[Exercise prompt]
All that is needed is each line of the entries holding the word "amount", copied as it stands.

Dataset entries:

+ + + +

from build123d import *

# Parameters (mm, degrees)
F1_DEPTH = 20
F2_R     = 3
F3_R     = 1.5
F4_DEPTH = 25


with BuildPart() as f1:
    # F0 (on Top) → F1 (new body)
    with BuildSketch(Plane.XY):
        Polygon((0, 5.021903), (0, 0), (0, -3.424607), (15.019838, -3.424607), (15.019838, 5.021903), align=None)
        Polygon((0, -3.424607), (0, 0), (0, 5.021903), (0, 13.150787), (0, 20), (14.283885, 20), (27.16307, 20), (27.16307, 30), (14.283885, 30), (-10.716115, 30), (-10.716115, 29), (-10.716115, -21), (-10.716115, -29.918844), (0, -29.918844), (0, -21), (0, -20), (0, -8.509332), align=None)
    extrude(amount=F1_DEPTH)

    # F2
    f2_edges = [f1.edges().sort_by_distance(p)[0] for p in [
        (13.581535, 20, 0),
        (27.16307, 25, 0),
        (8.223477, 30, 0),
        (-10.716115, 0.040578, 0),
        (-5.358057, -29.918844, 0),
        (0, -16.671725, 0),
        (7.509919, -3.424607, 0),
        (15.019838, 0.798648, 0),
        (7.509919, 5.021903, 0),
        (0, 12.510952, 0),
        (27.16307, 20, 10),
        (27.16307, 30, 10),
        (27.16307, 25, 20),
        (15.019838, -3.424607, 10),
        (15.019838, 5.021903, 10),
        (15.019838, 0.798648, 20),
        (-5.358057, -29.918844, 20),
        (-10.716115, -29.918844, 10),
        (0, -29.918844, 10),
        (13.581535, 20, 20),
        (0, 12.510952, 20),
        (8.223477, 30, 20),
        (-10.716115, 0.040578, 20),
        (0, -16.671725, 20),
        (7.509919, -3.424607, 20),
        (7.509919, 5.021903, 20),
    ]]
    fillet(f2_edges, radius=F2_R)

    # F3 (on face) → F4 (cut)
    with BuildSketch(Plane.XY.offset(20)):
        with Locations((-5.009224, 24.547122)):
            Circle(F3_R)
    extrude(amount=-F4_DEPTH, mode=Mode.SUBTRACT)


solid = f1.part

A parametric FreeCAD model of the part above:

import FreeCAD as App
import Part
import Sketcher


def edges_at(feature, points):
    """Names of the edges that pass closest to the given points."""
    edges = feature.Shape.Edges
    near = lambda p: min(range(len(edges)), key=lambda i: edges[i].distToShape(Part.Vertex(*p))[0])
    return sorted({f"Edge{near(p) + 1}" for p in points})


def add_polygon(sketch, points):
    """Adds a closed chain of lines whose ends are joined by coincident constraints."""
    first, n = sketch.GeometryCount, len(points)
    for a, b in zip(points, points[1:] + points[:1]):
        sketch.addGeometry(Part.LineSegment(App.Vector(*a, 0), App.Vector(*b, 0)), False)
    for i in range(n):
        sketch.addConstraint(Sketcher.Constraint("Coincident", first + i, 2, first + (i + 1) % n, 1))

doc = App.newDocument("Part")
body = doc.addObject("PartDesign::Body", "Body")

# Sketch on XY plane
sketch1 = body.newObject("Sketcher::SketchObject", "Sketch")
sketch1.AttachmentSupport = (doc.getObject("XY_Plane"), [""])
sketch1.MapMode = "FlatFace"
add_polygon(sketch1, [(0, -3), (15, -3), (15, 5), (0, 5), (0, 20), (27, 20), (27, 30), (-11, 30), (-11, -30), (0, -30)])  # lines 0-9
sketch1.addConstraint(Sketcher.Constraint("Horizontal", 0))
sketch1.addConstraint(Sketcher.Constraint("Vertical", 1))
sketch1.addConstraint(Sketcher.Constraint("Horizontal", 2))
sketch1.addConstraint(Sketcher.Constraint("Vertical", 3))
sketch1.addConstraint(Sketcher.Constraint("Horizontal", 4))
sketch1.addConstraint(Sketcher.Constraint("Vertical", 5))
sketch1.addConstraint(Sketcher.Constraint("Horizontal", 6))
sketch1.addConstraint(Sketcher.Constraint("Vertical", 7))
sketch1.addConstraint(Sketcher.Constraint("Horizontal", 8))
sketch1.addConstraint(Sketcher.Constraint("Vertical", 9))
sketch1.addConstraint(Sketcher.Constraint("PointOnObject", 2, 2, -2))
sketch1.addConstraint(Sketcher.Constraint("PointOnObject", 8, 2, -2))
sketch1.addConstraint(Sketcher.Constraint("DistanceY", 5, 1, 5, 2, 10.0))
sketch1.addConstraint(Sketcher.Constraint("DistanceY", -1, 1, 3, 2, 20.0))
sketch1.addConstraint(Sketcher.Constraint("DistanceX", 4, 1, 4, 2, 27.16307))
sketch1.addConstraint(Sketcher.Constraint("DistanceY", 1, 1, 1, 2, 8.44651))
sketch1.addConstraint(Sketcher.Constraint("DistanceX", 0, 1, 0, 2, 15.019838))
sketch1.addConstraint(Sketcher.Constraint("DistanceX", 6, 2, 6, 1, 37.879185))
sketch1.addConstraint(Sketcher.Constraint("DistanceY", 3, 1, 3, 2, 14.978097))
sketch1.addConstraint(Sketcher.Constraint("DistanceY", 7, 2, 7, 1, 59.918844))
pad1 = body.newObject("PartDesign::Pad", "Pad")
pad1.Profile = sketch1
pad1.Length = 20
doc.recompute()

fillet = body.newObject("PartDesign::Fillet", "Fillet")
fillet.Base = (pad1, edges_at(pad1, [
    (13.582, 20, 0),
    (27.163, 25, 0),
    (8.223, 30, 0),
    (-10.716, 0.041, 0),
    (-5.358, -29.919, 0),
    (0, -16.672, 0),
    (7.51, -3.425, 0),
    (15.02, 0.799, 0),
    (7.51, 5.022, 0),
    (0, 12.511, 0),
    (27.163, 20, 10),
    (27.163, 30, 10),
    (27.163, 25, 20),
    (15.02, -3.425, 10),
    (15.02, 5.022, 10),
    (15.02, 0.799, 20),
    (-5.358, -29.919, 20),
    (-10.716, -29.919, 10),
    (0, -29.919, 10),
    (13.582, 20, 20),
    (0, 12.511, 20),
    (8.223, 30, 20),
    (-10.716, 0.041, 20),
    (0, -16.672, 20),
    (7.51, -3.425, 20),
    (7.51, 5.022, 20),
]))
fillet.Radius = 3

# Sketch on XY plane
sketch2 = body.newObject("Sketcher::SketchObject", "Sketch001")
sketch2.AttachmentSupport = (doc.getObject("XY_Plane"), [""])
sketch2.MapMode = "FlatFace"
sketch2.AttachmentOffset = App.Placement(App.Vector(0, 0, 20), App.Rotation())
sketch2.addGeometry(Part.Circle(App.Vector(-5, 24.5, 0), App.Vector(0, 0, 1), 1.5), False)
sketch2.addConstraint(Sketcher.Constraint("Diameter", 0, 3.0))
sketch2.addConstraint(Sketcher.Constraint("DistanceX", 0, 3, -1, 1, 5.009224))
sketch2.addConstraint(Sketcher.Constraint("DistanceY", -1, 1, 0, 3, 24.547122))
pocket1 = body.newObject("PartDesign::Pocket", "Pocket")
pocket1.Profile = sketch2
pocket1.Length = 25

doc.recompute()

+ + + +

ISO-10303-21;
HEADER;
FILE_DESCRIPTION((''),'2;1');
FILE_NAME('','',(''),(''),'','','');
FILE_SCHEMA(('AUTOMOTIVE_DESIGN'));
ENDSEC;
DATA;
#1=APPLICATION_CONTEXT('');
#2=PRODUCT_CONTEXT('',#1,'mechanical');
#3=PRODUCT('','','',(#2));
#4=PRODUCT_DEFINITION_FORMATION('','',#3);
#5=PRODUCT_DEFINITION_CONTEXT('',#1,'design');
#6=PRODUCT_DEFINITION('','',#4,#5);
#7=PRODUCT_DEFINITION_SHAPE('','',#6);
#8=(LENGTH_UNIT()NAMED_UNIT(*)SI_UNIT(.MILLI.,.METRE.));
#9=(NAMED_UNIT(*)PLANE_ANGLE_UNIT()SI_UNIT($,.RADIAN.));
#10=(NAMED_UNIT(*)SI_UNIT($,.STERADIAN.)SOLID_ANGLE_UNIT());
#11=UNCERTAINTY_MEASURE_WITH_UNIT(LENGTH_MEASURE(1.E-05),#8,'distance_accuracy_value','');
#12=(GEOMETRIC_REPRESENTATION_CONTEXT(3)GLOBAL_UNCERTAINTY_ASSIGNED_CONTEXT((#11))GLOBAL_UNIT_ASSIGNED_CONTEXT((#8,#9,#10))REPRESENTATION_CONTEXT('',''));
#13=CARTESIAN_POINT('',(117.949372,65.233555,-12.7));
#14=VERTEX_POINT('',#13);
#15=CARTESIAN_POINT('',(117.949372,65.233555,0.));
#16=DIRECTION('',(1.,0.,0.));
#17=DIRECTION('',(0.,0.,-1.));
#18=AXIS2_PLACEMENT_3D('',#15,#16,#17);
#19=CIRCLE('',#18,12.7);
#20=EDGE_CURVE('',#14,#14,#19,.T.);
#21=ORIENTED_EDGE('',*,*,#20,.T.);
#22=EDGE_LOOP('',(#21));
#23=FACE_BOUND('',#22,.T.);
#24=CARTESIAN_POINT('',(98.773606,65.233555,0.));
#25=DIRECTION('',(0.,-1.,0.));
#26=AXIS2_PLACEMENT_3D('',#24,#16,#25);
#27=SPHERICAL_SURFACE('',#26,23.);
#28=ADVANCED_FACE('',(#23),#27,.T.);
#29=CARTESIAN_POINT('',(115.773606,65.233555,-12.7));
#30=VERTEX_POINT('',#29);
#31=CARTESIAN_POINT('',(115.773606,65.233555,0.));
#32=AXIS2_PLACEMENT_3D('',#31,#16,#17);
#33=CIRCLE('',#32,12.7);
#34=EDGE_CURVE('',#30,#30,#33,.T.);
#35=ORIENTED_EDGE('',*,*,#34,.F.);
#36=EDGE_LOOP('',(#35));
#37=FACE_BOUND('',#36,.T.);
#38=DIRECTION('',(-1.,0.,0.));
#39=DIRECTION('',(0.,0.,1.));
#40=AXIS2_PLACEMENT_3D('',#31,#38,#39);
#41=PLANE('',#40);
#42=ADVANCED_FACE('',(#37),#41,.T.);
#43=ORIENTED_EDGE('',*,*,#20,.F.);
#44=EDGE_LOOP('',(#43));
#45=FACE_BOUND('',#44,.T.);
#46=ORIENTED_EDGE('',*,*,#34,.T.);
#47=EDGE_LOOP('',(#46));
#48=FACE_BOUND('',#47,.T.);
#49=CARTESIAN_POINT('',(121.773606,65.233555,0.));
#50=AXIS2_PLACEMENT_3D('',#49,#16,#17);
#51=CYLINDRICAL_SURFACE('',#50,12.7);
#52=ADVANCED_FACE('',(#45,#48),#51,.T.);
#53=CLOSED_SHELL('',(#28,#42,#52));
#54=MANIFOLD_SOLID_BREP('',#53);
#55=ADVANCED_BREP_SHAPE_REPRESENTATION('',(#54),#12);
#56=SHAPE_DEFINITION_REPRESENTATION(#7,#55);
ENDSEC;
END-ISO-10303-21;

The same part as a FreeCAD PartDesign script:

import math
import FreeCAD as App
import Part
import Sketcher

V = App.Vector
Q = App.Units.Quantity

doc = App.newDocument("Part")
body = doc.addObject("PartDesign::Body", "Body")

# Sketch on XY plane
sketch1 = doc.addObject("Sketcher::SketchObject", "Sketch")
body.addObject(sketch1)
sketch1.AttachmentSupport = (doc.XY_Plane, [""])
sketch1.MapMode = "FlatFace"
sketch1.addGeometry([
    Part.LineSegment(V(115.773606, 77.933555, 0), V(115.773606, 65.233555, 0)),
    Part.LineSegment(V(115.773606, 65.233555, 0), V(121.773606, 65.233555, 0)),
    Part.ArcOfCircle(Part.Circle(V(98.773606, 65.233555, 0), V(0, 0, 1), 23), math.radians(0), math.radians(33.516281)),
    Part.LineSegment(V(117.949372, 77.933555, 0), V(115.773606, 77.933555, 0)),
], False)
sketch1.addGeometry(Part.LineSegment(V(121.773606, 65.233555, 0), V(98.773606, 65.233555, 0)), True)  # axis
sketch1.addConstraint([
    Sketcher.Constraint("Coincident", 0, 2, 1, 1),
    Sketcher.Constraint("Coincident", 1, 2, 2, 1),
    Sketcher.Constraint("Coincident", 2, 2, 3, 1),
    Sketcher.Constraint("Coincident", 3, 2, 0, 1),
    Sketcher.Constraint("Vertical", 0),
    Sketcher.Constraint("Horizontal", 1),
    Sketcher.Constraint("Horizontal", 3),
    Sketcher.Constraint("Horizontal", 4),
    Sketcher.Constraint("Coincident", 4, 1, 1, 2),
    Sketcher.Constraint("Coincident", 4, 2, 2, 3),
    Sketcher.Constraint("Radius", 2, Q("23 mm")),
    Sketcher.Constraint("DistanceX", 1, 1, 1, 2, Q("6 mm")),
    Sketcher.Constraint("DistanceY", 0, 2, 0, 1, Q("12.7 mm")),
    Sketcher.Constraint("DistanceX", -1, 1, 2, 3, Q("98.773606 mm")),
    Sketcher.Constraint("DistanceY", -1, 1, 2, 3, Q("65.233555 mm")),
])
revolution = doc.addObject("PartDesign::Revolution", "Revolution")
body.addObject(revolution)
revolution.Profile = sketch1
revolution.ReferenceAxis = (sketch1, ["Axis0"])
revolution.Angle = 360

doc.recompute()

+ + + +

[Task output]
    extrude(amount=F1_DEPTH)
    extrude(amount=-F4_DEPTH, mode=Mode.SUBTRACT)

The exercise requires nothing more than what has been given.